Type	What it does	Examples	When it runs
Transformation	Produces a new RDD — lazily	`map`, `filter`, `flatMap`, `distinct`	Only when an action is called
Action	Triggers computation, returns a result	`collect`, `count`, `reduce`, `saveAsTextFile`	Immediately

# Transformations (lazy — nothing runs yet)
sales = sc.parallelize([
    ("Electronics", 1200), ("Clothing", 450), ("Electronics", 800),
    ("Books", 120), ("Clothing", 300)
])

electronics = sales.filter(lambda x: x[0] == "Electronics")
amounts     = electronics.map(lambda x: x[1])
doubled     = amounts.map(lambda x: x * 2)
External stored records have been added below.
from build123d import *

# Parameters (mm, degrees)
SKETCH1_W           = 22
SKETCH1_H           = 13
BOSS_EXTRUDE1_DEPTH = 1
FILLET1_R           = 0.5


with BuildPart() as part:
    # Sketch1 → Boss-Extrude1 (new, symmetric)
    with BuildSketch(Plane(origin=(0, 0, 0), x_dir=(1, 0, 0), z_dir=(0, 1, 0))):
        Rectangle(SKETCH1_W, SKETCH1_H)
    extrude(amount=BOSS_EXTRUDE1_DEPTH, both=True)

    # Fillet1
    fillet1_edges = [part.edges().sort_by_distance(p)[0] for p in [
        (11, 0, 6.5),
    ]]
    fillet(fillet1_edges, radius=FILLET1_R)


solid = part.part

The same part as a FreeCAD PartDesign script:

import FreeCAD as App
import Part
import Sketcher
from FreeCAD import Vector


def edges_at(feature, points):
    """Names of the edges that pass closest to the given points."""
    edges = feature.Shape.Edges
    near = lambda p: min(range(len(edges)), key=lambda i: edges[i].distToShape(Part.Vertex(*p))[0])
    return sorted({f"Edge{near(p) + 1}" for p in points})


def add_polygon(sketch, points):
    """Adds a closed chain of lines whose ends are joined by coincident constraints."""
    first, n = sketch.GeometryCount, len(points)
    for a, b in zip(points, points[1:] + points[:1]):
        sketch.addGeometry(Part.LineSegment(App.Vector(*a, 0), App.Vector(*b, 0)), False)
    for i in range(n):
        sketch.addConstraint(Sketcher.Constraint("Coincident", first + i, 2, first + (i + 1) % n, 1))

doc = App.newDocument("Part")
body = doc.addObject("PartDesign::Body", "Body")

# Sketch on XZ plane
sketch1 = body.newObject("Sketcher::SketchObject", "Sketch")
sketch1.AttachmentSupport = (doc.getObject("XZ_Plane"), [""])
sketch1.MapMode = "FlatFace"
add_polygon(sketch1, [(-11, -6), (-11, 6), (11, 6), (11, -6)])  # lines 0-3
sketch1.addConstraint(Sketcher.Constraint("Vertical", 0))
sketch1.addConstraint(Sketcher.Constraint("Horizontal", 1))
sketch1.addConstraint(Sketcher.Constraint("Vertical", 2))
sketch1.addConstraint(Sketcher.Constraint("Horizontal", 3))
sketch1.addConstraint(Sketcher.Constraint("Symmetric", 0, 2, 2, 2, -1, 1))
sketch1.addConstraint(Sketcher.Constraint("DistanceX", 1, 1, 1, 2, 22.0))
sketch1.addConstraint(Sketcher.Constraint("DistanceY", 0, 1, 0, 2, 13.0))
pad1 = body.newObject("PartDesign::Pad", "Pad")
pad1.Profile = sketch1
pad1.Length = 2
pad1.Midplane = True
doc.recompute()

fillet = body.newObject("PartDesign::Fillet", "Fillet")
fillet.Base = (pad1, edges_at(pad1, [(11, 0, 6.5)]))
fillet.Radius = 0.5

doc.recompute()
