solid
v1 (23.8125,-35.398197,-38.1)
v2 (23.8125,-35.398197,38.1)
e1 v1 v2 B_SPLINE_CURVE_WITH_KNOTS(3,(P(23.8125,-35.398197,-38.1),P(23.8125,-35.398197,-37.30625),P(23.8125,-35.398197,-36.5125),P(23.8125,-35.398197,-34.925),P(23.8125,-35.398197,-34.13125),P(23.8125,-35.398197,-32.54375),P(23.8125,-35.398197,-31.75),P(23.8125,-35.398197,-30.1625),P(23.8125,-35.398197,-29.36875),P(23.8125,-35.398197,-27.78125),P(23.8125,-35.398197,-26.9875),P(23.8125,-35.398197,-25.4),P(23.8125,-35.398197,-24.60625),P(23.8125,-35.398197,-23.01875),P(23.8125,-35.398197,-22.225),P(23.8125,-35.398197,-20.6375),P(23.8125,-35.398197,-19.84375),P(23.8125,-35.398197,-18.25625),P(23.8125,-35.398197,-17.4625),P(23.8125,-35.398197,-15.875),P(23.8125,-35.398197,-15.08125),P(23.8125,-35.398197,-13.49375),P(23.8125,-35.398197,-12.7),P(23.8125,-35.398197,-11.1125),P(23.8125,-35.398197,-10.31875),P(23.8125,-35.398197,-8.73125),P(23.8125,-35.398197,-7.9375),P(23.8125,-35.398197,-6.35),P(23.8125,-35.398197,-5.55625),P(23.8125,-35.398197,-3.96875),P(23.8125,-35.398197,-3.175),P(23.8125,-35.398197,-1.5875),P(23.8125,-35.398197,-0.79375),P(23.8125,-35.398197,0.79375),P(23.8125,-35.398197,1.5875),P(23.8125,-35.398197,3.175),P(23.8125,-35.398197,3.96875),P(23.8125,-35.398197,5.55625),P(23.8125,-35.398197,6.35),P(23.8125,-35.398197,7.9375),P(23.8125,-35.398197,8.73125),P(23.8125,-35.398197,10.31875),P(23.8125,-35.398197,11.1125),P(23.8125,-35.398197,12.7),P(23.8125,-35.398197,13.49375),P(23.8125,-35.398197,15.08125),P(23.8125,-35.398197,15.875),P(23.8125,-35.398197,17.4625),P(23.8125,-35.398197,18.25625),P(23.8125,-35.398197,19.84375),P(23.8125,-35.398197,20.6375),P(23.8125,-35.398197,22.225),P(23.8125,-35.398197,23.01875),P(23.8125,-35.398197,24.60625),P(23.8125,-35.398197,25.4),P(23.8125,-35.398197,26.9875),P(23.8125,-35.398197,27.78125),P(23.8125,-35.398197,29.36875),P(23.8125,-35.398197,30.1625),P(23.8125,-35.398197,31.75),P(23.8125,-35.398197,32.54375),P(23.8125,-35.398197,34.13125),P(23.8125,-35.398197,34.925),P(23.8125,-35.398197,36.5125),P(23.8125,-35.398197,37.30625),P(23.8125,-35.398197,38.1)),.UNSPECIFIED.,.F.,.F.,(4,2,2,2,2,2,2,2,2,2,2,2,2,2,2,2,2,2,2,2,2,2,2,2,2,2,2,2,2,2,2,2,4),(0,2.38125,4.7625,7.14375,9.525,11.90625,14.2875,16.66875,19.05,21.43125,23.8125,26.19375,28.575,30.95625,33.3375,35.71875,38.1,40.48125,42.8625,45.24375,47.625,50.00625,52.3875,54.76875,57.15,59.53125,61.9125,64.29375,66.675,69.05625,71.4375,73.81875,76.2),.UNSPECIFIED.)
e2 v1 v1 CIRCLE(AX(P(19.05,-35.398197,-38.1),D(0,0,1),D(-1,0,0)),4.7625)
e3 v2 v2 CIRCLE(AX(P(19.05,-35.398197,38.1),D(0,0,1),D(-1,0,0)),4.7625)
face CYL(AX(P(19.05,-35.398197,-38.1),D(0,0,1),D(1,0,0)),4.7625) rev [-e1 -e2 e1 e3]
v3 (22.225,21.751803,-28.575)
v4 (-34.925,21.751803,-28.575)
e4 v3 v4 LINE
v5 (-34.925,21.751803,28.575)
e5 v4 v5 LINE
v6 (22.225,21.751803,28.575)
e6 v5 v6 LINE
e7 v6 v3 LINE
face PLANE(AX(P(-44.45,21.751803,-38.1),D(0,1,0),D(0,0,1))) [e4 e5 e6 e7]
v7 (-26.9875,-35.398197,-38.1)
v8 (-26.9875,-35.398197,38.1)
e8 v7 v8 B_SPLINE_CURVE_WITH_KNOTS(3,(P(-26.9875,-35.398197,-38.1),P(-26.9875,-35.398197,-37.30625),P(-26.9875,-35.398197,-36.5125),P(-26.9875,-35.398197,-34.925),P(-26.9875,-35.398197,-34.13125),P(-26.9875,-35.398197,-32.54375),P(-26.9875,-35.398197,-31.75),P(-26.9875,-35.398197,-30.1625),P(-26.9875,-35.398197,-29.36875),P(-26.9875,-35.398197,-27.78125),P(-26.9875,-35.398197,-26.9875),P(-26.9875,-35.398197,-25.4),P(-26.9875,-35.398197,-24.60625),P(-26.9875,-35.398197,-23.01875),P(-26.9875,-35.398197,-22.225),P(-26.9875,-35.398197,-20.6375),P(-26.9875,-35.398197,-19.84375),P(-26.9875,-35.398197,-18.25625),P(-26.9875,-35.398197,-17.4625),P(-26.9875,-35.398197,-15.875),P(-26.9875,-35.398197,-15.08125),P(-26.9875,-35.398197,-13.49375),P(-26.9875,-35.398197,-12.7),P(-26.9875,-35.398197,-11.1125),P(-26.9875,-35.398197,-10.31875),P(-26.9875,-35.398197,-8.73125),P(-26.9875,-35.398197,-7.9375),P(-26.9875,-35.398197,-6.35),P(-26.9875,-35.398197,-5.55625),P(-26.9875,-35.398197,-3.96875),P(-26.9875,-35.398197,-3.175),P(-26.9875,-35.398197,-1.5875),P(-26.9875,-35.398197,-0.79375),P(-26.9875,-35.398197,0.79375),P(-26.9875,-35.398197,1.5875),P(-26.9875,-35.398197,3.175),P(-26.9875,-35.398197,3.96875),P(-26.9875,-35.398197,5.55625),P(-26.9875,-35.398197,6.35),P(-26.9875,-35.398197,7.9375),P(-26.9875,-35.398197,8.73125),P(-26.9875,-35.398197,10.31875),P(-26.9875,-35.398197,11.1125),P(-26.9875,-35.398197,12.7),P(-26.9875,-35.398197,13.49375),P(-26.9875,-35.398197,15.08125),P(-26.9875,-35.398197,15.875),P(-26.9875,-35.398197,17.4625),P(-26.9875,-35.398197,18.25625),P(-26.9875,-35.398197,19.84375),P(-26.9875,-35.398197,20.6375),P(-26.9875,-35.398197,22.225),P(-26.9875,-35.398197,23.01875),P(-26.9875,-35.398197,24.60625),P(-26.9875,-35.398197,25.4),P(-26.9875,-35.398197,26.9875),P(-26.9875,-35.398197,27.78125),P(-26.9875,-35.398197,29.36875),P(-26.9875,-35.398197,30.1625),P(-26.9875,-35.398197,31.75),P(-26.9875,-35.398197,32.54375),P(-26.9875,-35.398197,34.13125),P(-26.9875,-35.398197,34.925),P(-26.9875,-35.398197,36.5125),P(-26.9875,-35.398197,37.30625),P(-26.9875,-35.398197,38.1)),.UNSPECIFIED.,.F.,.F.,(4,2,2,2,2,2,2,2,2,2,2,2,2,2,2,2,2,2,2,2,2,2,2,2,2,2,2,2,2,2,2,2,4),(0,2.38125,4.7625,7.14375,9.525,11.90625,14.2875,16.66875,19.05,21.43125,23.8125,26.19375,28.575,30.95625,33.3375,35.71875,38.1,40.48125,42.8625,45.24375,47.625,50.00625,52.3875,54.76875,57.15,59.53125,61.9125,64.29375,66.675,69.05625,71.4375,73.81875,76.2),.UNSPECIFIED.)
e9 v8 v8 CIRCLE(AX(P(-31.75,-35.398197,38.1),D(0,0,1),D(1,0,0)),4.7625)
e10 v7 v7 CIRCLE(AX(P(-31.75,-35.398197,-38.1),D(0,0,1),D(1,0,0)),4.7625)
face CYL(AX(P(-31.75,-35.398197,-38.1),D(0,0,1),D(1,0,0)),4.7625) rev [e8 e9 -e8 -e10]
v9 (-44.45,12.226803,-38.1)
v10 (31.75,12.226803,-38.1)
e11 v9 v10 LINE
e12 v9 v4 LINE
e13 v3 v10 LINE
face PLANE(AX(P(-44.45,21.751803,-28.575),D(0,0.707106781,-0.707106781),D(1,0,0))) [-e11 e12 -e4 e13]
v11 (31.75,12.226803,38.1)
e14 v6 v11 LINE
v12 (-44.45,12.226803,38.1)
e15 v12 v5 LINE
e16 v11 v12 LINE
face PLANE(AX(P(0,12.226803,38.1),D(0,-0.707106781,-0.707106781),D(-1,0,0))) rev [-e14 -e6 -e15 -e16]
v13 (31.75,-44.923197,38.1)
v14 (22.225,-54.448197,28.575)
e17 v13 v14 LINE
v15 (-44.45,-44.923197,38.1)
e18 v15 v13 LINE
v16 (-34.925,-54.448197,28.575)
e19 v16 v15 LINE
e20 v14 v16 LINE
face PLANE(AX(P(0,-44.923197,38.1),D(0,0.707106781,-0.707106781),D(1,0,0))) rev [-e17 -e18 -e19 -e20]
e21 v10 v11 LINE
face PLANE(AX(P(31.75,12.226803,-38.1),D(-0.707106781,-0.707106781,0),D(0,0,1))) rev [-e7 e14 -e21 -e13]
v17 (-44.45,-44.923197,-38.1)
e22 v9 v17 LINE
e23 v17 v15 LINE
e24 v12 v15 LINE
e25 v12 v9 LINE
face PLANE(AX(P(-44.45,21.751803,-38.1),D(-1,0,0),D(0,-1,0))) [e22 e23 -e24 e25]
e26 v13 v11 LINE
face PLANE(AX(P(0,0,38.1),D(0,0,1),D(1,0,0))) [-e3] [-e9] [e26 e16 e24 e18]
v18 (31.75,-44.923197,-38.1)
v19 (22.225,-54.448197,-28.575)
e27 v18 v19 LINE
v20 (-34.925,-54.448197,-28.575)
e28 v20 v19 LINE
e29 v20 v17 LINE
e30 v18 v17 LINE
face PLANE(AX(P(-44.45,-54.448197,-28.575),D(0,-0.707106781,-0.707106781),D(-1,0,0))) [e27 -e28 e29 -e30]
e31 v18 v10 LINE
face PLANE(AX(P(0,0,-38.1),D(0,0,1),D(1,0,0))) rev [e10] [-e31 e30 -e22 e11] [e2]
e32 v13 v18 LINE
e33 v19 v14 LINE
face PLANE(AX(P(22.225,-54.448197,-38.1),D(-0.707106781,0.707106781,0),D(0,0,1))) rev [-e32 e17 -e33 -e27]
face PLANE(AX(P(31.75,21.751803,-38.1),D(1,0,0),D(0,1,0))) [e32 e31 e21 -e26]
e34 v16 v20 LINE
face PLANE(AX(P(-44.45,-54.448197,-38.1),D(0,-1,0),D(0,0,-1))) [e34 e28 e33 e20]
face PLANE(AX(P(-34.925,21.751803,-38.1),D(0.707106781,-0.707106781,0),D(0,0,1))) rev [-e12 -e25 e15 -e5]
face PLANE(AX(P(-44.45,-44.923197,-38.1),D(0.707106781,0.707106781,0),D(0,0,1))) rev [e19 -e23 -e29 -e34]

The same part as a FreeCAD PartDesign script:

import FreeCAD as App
import Part
import Sketcher
Q = App.Units.Quantity


def edges_at(feature, points):
    """Names of the edges that pass closest to the given points."""
    edges = feature.Shape.Edges
    near = lambda p: min(range(len(edges)), key=lambda i: edges[i].distToShape(Part.Vertex(*p))[0])
    return sorted({f"Edge{near(p) + 1}" for p in points})


def add_polygon(sketch, points):
    """Adds a closed chain of lines whose ends are joined by coincident constraints."""
    first, n = sketch.GeometryCount, len(points)
    for a, b in zip(points, points[1:] + points[:1]):
        sketch.addGeometry(Part.LineSegment(App.Vector(*a, 0), App.Vector(*b, 0)), False)
    for i in range(n):
        sketch.addConstraint(Sketcher.Constraint("Coincident", first + i, 2, first + (i + 1) % n, 1))

doc = App.newDocument("Part")
body = doc.addObject("PartDesign::Body", "Body")

# Sketch on XY plane
sketch1 = doc.addObject("Sketcher::SketchObject", "Sketch")
body.addObject(sketch1)
sketch1.AttachmentSupport = (doc.XY_Plane, [""])
sketch1.MapMode = "FlatFace"
add_polygon(sketch1, [(-44.5, 21.8), (-44.5, -54.4), (31.8, -54.4), (31.8, 21.8)])  # lines 0-3
sketch1.addGeometry(Part.Circle(App.Vector(-31.8, -35.4, 0), App.Vector(0, 0, 1), 4.8), False)  # 4
sketch1.addGeometry(Part.Circle(App.Vector(19.1, -35.4, 0), App.Vector(0, 0, 1), 4.8), False)  # 5
sketch1.addConstraint([
    Sketcher.Constraint("Vertical", 0),
    Sketcher.Constraint("Horizontal", 1),
    Sketcher.Constraint("Vertical", 2),
    Sketcher.Constraint("Horizontal", 3),
    Sketcher.Constraint("Equal", 4, 5),
    Sketcher.Constraint("Horizontal", 4, 3, 5, 3),
    Sketcher.Constraint("Equal", 3, 0),
    Sketcher.Constraint("DistanceX", 1, 1, 1, 2, Q("3 in")),
    Sketcher.Constraint("Diameter", 4, Q("0.375 in")),
    Sketcher.Constraint("DistanceX", 4, 3, 5, 3, Q("2 in")),
    Sketcher.Constraint("DistanceX", 0, 2, 4, 3, Q("0.5 in")),
    Sketcher.Constraint("DistanceX", 4, 3, -1, 1, Q("1.25 in")),
    Sketcher.Constraint("DistanceY", 0, 2, 4, 3, Q("0.75 in")),
    Sketcher.Constraint("DistanceY", 4, 3, -1, 1, Q("35.398197 mm")),
])
pad1 = doc.addObject("PartDesign::Pad", "Pad")
body.addObject(pad1)
pad1.Profile = sketch1
pad1.Type = "TwoLengths"
pad1.Length = Q("1.5 in")
pad1.Length2 = Q("1.5 in")
doc.recompute()

chamfer = doc.addObject("PartDesign::Chamfer", "Chamfer")
body.addObject(chamfer)
chamfer.Base = (pad1, edges_at(pad1, [
    (-6.35, -54.448, -38.1),
    (-6.35, 21.752, 38.1),
    (-6.35, -54.448, 38.1),
    (31.75, -54.448, 0),
    (-44.45, -54.448, 0),
    (-44.45, 21.752, 0),
    (31.75, 21.752, 0),
    (-6.35, 21.752, -38.1),
]))
chamfer.Size = Q("0.375 in")

doc.recompute()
# Action — triggers the chain above
total = doubled.reduce(lambda a, b: a + b)
print(f"Total: {total}")  # 4000

Key Transformations

rdd = sc.parallelize(range(1, 11))

# map — apply function to each element
squared = rdd.map(lambda x: x ** 2)
# [1, 4, 9, 16, 25, 36, 49, 64, 81, 100]

# filter — keep elements matching condition
evens = rdd.filter(lambda x: x % 2 == 0)
# [2, 4, 6, 8, 10]

# flatMap — one-to-many mapping
sentences = sc.parallelize(["hello world", "apache spark"])
words = sentences.flatMap(lambda s: s.split())
# ["hello", "world", "apache", "spark"]

# distinct — remove duplicates
data = sc.parallelize([1, 2, 2, 3, 3, 3])
unique = data.distinct()
# [1, 2, 3]

# union — combine two RDDs
a = sc.parallelize([1, 2, 3])
b = sc.parallelize([3, 4, 5])
combined = a.union(b)  # [1, 2, 3, 3, 4, 5]

# groupByKey / reduceByKey
pairs = sc.parallelize([("a", 1), ("b", 2), ("a", 3), ("b", 4)])
reduced = pairs.reduceByKey(lambda x, y: x + y)
# [("a", 4), ("b", 6)]

Key Actions

rdd = sc.parallelize([10, 20, 30, 40, 50])

rdd.collect()          # [10, 20, 30, 40, 50]
rdd.count()            # 5
rdd.first()            # 10
rdd.take(3)            # [10, 20, 30]
rdd.reduce(lambda a, b: a + b)  # 150
rdd.max()              # 50
rdd.min()              # 10
rdd.sum()              # 150
rdd.mean()             # 30.0

# Save results
rdd.saveAsTextFile("s3://bucket/output/")

Fault Tolerance Through Lineage

# If the "words" RDD loses a partition, Spark recomputes it
# from "lines" — no replication overhead

lines = sc.textFile("hdfs://data/logs.txt")          # Step 1
words = lines.flatMap(lambda l: l.split())           # Step 2
pairs = words.map(lambda w: (w, 1))                  # Step 3
counts = pairs.reduceByKey(lambda a, b: a + b)       # Step 4

# Spark tracks: counts ← reduceByKey ← pairs ← map ← words ← flatMap ← lines ← textFile
# Lost partition in "counts"? Rerun from "lines" for that partition.
counts.saveAsTextFile("hdfs://output/wordcount")

RDD vs DataFrame: When to Use Each

Scenario	Use RDD	Use DataFrame
Unstructured data (logs, text)	✅	❌
Custom complex logic not expressible in SQL	✅	❌
Structured/semi-structured data	❌	✅
SQL queries and aggregations	❌	✅
Maximum performance (Catalyst optimizer)	❌	✅
Python type safety not needed	✅	✅
Interop with ML pipelines	❌	✅

In 2025, DataFrames are the default choice for most workloads. Use RDDs only when you need low-level control or are processing truly unstructured data.